Copy out every line from the records that includes "SUBTRACT".

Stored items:
⁂

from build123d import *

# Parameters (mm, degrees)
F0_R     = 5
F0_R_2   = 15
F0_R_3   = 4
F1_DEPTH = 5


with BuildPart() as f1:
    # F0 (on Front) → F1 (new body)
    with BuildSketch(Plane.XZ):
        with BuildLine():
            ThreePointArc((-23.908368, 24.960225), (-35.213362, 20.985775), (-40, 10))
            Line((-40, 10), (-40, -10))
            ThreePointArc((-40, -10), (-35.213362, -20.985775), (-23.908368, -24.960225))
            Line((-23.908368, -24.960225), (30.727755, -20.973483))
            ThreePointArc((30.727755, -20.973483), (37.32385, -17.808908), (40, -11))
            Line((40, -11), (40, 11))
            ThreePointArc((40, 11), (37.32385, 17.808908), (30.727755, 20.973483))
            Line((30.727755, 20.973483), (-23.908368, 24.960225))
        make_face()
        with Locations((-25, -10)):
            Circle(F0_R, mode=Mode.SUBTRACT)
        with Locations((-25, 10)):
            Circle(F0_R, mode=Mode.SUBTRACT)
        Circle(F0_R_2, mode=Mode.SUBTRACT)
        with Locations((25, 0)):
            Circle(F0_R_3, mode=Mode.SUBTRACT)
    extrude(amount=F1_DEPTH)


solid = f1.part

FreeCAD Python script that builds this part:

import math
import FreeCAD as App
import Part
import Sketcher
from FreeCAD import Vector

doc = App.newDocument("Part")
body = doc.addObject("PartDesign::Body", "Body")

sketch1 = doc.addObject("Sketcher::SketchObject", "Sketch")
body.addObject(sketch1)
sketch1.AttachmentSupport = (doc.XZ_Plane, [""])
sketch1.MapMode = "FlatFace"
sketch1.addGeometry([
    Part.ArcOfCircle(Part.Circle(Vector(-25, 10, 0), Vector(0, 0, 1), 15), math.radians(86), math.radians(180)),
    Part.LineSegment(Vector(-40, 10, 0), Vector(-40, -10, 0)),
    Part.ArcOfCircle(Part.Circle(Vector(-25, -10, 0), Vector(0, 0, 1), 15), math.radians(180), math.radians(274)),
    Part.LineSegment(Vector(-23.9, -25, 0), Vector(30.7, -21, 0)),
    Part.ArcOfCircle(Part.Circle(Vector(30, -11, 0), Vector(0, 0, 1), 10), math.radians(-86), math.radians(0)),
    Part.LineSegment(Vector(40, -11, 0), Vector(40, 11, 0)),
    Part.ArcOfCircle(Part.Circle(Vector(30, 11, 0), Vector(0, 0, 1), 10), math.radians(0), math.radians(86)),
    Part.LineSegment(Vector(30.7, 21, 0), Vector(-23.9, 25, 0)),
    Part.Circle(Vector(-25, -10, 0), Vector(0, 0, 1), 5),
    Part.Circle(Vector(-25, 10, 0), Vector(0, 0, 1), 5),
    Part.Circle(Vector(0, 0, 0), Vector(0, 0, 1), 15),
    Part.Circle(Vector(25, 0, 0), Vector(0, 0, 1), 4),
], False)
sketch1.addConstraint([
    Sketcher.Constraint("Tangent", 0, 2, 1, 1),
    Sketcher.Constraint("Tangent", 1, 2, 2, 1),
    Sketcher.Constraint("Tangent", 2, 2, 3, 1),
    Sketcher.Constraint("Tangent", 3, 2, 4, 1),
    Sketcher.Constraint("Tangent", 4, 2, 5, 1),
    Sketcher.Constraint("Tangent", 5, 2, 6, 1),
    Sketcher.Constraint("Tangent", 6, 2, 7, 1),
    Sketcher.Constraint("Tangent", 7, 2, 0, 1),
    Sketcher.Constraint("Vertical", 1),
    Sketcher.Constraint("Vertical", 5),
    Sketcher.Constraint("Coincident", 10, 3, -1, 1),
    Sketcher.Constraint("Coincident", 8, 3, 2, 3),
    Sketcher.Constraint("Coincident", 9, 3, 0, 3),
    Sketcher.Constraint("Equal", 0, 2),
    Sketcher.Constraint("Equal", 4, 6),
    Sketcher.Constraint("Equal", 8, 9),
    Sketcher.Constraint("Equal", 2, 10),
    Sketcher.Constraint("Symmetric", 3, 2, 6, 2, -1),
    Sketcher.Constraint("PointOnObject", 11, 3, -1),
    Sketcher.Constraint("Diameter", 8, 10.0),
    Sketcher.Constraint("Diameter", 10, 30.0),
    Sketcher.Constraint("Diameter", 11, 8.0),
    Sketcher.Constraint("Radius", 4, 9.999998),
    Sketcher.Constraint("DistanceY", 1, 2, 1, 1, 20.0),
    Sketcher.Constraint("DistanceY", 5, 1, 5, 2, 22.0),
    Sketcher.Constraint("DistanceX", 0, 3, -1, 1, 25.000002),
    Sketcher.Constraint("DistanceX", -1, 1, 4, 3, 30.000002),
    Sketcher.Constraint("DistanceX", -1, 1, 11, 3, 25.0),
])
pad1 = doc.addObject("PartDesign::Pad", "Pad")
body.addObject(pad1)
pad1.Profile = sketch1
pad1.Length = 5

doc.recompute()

⁂

◆ **TASK ANSWER**
            Circle(F0_R, mode=Mode.SUBTRACT)
            Circle(F0_R, mode=Mode.SUBTRACT)
        Circle(F0_R_2, mode=Mode.SUBTRACT)
            Circle(F0_R_3, mode=Mode.SUBTRACT)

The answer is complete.